What is being asked:
Going through the entries below, copy out each line that contains "radius".

= = = = = = =

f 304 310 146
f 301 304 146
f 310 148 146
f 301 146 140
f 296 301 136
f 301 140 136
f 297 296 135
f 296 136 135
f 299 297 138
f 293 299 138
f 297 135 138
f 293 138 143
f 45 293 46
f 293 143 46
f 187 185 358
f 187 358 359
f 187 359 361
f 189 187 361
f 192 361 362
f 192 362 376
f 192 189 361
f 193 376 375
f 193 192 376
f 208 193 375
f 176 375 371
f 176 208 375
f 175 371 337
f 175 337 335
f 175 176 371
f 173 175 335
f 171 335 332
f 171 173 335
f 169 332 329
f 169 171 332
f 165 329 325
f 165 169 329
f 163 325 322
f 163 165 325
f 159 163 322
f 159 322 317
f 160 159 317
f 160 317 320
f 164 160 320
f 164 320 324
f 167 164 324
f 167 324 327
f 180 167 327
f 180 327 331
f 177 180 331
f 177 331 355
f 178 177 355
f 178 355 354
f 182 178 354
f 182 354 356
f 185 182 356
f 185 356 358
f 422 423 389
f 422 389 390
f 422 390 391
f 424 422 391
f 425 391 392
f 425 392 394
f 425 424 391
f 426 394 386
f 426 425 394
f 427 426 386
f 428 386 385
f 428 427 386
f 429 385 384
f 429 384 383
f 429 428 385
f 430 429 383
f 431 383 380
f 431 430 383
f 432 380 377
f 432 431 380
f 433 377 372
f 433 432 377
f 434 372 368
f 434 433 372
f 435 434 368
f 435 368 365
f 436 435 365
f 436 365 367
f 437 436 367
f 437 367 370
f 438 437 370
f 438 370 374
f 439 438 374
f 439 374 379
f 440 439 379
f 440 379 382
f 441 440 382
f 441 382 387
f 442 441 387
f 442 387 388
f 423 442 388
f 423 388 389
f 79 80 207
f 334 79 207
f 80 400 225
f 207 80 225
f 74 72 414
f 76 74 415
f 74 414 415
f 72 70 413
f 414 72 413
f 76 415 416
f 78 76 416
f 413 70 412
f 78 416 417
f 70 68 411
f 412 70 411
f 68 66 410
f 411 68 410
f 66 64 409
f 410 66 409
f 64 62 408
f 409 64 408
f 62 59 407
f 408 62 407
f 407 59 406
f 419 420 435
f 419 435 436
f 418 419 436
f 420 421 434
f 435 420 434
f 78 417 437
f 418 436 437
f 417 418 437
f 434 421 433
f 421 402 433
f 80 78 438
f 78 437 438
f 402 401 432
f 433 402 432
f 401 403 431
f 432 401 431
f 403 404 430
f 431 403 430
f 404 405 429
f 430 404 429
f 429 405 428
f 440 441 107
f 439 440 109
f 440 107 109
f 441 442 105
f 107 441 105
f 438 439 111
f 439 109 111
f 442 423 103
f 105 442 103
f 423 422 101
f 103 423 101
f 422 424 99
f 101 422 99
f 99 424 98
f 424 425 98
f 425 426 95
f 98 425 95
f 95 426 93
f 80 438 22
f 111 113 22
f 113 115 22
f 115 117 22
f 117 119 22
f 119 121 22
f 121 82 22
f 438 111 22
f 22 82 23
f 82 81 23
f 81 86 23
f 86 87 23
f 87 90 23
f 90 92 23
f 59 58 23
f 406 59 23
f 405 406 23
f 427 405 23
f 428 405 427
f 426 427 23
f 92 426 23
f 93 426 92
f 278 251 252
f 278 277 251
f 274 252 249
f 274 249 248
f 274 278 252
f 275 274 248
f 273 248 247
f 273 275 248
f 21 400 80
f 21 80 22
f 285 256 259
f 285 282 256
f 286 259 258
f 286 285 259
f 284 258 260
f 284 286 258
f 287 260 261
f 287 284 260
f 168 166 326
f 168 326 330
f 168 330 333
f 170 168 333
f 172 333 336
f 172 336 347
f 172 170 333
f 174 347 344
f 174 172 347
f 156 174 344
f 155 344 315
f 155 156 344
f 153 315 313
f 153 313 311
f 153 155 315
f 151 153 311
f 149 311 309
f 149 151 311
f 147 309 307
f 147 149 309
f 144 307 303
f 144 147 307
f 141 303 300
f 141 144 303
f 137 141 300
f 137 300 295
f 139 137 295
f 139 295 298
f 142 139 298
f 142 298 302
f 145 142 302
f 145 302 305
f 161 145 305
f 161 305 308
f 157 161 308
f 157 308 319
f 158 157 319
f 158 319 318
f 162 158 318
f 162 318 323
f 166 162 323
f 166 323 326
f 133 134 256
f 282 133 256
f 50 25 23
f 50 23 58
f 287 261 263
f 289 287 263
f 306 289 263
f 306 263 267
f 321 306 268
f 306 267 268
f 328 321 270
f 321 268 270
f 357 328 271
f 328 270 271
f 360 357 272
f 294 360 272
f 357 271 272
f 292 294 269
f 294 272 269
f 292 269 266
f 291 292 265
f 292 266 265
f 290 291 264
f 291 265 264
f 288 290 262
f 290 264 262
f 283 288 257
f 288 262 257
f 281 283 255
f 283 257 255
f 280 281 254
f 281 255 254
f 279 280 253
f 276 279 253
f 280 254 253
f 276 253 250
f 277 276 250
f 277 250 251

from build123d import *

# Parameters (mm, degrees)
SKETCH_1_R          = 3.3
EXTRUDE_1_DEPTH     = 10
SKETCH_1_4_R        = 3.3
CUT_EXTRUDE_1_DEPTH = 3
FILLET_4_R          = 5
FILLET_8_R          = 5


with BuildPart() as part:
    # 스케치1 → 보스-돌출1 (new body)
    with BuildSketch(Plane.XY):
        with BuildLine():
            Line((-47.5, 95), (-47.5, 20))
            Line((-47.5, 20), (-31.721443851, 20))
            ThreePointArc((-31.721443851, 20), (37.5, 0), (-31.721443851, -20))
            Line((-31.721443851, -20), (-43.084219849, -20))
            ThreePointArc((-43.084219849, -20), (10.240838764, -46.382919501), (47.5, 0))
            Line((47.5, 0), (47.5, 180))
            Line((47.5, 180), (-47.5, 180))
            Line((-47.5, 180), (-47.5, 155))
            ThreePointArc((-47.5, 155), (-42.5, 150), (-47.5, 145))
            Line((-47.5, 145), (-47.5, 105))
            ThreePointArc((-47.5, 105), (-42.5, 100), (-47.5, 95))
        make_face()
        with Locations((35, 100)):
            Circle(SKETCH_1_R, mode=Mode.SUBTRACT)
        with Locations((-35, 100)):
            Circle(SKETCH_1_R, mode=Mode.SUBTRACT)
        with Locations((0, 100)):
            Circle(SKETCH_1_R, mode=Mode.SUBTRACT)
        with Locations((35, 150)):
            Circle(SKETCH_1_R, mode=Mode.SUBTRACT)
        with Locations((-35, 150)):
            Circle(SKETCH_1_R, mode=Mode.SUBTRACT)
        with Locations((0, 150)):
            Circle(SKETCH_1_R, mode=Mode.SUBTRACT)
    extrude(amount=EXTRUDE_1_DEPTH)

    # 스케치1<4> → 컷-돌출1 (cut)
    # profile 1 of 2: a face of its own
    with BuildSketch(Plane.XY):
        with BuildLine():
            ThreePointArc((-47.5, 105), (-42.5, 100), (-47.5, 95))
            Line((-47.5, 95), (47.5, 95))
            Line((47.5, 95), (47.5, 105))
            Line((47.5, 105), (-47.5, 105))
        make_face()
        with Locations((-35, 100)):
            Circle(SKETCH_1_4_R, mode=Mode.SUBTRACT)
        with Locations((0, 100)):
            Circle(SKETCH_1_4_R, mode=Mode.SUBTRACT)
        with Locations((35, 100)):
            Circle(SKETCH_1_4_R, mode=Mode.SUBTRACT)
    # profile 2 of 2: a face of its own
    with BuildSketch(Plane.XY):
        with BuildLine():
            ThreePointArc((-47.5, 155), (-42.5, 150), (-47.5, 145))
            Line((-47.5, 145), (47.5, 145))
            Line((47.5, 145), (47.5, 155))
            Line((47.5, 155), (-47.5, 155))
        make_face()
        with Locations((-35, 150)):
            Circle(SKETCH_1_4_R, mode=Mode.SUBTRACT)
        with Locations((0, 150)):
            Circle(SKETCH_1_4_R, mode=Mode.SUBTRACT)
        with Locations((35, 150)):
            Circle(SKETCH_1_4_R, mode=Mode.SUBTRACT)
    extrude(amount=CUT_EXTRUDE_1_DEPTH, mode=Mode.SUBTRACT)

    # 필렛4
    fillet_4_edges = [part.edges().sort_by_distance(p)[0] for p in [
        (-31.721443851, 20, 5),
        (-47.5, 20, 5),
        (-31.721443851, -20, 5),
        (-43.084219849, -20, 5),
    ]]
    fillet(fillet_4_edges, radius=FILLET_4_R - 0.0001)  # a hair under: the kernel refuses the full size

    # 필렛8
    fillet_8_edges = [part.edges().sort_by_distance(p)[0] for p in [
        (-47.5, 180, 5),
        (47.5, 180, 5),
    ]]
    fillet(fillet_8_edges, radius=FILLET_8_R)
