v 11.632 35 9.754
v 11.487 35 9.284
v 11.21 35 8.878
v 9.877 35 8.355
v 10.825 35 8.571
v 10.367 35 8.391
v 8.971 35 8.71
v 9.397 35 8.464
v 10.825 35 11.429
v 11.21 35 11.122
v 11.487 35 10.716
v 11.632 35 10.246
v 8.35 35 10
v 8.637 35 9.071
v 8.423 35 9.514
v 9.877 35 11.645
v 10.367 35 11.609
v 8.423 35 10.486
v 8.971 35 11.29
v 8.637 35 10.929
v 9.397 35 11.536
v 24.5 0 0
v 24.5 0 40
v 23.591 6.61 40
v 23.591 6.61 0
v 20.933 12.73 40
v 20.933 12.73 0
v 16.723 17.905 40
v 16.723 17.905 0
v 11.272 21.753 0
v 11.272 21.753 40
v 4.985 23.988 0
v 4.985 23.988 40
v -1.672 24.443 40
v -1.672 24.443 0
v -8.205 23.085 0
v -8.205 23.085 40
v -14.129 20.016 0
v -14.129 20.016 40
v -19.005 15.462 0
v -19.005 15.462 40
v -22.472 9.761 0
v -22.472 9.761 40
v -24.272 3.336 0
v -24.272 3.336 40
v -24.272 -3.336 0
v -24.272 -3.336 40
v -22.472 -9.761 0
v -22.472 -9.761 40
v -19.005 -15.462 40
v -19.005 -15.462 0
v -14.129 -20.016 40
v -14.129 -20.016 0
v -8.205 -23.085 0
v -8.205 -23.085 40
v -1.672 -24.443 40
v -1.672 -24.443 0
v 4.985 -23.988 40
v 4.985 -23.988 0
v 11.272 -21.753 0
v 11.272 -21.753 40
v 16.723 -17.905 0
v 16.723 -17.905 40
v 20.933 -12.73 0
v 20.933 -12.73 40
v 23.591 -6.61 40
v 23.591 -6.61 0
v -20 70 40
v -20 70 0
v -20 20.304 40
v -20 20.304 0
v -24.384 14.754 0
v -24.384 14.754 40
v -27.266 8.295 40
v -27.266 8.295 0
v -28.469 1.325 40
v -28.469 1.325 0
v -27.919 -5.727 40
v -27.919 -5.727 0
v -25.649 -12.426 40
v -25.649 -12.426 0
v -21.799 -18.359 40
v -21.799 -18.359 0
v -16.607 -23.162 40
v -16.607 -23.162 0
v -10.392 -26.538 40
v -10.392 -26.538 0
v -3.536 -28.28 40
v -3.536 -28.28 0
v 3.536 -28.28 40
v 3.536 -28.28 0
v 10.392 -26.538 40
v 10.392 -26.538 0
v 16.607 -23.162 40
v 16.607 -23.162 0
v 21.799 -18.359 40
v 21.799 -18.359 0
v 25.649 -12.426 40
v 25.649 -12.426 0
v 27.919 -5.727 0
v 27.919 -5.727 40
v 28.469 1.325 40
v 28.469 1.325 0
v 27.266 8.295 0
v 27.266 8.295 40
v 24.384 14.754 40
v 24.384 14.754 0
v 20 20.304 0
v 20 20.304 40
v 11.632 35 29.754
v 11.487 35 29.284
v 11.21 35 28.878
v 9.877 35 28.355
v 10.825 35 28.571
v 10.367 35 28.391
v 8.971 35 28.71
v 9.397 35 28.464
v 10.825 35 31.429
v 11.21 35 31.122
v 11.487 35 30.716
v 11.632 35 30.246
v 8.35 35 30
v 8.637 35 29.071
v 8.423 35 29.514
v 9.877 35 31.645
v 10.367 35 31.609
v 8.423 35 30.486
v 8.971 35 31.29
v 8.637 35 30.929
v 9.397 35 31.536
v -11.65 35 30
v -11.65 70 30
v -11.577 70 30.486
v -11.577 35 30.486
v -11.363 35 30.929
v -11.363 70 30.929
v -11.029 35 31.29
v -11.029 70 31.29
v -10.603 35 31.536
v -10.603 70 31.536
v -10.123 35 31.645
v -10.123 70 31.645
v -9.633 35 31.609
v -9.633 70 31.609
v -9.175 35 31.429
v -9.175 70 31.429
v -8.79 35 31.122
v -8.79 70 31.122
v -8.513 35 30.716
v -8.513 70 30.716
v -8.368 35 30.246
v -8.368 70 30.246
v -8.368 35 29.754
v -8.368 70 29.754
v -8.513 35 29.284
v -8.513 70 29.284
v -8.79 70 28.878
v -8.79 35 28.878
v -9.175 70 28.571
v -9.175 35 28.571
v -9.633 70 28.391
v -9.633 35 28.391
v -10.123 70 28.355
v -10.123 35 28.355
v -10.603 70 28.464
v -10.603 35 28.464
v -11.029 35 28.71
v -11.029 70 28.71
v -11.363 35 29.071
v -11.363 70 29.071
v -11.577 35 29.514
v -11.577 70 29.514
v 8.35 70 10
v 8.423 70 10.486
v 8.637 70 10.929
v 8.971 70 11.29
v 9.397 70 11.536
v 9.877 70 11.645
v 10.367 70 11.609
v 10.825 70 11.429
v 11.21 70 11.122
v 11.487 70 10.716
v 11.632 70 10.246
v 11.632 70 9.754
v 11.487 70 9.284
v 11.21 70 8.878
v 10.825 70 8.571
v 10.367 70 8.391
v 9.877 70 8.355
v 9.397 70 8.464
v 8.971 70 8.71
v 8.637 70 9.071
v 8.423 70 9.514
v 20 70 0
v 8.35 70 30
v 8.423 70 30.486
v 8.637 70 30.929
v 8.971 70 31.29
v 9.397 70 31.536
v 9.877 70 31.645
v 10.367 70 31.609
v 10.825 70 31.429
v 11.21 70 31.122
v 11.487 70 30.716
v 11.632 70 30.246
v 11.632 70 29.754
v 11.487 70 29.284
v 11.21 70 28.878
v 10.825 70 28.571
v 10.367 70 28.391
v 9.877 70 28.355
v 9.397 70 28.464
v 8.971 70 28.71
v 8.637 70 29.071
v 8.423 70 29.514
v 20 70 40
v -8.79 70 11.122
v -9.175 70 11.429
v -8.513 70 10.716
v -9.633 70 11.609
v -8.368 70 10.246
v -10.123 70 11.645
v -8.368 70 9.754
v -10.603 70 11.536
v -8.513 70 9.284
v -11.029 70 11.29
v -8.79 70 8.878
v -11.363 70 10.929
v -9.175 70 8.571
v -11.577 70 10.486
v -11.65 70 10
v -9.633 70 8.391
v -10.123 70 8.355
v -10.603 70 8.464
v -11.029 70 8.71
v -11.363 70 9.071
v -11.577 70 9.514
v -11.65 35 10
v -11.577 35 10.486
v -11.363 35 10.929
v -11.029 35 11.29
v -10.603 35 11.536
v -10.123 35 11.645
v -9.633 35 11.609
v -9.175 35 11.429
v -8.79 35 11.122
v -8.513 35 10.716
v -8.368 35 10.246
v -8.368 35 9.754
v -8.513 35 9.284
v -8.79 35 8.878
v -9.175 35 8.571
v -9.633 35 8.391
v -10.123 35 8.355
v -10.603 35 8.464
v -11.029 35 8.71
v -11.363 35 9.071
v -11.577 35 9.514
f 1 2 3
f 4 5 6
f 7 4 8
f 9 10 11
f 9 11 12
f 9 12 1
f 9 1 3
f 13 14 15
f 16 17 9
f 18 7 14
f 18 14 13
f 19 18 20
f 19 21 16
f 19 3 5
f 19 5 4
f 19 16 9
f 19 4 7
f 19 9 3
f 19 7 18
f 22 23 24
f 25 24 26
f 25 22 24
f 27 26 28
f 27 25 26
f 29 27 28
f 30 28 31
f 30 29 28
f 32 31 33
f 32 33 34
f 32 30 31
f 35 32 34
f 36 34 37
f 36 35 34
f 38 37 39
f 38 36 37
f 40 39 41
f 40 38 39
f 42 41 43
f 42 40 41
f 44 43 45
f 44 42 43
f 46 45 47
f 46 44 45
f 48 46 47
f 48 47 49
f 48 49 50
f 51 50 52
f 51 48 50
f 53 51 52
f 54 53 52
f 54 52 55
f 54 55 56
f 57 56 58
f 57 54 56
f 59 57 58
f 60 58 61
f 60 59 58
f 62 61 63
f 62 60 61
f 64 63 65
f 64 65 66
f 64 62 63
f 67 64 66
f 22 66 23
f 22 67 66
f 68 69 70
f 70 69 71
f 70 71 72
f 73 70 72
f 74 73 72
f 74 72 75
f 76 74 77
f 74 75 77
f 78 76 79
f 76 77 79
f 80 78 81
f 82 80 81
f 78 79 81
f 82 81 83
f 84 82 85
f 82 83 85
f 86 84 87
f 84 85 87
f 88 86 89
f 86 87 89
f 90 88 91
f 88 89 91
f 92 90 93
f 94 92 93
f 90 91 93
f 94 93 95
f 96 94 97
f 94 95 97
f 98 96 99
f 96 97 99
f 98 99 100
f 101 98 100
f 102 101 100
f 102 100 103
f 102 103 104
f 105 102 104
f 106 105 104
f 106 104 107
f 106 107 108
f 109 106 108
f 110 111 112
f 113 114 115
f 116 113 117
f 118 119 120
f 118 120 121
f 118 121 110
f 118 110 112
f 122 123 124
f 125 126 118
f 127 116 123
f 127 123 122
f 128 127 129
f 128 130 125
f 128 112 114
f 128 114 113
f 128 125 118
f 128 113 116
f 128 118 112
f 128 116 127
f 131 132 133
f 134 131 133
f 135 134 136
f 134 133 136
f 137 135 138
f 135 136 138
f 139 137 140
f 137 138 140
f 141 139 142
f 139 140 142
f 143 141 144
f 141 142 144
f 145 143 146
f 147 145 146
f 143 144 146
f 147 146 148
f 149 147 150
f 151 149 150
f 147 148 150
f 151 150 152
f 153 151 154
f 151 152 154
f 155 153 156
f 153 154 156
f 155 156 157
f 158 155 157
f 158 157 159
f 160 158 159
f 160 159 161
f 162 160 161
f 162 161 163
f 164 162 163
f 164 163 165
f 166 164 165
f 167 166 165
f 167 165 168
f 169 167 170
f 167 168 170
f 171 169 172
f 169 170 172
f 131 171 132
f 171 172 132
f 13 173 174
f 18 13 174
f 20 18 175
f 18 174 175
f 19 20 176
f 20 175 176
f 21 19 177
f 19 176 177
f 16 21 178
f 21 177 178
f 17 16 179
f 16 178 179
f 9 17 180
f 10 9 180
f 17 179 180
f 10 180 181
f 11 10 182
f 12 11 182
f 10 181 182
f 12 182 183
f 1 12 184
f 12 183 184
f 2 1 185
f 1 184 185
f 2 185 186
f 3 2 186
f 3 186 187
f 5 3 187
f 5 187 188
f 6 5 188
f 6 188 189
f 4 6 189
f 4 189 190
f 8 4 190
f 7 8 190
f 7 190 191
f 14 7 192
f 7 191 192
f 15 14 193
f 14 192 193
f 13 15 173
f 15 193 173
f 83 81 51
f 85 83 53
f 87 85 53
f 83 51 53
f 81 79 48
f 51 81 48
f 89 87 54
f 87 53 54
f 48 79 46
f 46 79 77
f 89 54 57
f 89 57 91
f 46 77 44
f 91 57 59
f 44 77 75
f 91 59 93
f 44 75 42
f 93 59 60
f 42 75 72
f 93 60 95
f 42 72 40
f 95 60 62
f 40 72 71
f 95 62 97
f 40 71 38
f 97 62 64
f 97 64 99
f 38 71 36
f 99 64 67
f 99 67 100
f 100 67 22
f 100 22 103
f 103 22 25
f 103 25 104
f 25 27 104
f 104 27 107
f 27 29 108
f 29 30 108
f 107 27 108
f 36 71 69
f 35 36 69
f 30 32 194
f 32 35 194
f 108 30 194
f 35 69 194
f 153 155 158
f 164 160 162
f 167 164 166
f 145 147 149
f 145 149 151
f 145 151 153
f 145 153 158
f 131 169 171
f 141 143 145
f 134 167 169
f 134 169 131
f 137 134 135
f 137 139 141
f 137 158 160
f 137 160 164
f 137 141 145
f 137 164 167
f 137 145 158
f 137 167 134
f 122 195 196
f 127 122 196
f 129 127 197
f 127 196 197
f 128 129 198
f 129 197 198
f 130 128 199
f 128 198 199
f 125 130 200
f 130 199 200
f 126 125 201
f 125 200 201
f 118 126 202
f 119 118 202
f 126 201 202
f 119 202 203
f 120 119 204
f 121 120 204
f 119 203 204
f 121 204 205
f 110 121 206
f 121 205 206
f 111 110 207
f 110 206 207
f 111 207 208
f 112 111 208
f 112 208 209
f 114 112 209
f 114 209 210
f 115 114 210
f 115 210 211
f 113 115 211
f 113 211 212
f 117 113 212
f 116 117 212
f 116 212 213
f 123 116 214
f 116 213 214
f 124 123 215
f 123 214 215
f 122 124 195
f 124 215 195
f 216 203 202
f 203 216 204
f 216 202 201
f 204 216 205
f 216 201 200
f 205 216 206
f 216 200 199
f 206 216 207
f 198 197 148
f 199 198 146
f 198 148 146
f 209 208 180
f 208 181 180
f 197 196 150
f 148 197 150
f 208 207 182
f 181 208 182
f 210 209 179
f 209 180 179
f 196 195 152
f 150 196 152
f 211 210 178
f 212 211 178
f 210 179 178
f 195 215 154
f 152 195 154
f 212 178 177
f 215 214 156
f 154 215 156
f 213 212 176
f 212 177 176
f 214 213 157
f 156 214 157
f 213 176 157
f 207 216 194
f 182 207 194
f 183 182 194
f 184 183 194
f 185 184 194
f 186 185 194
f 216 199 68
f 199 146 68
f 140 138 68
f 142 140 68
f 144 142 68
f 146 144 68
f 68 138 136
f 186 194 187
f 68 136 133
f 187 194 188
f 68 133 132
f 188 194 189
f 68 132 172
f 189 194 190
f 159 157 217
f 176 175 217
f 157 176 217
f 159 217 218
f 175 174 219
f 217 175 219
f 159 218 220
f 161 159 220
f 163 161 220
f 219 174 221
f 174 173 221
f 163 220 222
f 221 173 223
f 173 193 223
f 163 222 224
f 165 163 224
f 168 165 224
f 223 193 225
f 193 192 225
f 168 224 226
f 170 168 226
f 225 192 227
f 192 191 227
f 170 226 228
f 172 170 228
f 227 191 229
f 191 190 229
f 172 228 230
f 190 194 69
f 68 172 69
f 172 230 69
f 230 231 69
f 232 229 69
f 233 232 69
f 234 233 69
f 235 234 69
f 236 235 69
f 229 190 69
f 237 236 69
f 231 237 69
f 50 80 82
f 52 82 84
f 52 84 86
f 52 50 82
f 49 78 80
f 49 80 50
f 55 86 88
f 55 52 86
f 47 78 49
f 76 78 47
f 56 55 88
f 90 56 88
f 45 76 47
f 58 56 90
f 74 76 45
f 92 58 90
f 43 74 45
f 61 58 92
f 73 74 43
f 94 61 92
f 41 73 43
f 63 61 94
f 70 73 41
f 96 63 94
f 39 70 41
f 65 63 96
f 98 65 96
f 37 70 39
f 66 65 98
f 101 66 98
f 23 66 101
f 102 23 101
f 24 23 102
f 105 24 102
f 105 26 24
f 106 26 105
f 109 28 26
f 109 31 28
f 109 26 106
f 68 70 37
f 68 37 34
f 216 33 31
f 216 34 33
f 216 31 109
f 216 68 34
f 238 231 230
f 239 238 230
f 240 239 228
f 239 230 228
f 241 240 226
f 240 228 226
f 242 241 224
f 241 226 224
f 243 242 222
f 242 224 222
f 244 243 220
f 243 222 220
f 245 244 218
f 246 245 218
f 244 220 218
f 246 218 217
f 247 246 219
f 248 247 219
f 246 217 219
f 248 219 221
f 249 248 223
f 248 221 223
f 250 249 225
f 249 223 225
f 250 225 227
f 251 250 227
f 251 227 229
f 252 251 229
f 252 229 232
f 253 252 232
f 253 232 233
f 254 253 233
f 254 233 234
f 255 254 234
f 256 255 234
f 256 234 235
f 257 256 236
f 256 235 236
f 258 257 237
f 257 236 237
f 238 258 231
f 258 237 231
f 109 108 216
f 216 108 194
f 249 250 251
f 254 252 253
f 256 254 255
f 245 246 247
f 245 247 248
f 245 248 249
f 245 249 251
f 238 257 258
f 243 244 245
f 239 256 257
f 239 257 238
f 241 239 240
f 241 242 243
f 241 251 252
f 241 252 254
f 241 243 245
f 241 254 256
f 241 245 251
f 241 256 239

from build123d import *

# Parameters (mm, degrees)
F0_R     = 24.5
F1_DEPTH = 40
F2_R     = 1.65
F3_DEPTH = 35


with BuildPart() as f1:
    # F0 (on Top) → F1 (new body)
    with BuildSketch(Plane.XY):
        with BuildLine():
            Line((20, 70), (-20, 70))
            Line((-20, 70), (-20, 20.303941))
            ThreePointArc((-20, 20.303941), (0, -28.5), (20, 20.303941))
            Line((20, 20.303941), (20, 70))
        make_face()
        Circle(F0_R, mode=Mode.SUBTRACT)
    extrude(amount=F1_DEPTH)

    # F2 (on face) → F3 (cut)
    with BuildSketch(Plane(origin=(0, 70, 0), x_dir=(-1, 0, 0), z_dir=(0, 1, 0))):
        with Locations((-10, 30)):
            Circle(F2_R)
        with Locations((10, 30)):
            Circle(F2_R)
        with Locations((10, 10)):
            Circle(F2_R)
        with Locations((-10, 10)):
            Circle(F2_R)
    extrude(amount=-F3_DEPTH, mode=Mode.SUBTRACT)


solid = f1.part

= = = = = = =

Exercise output:
    fillet(fillet_4_edges, radius=FILLET_4_R - 0.0001)  # a hair under: the kernel refuses the full size
    fillet(fillet_8_edges, radius=FILLET_8_R)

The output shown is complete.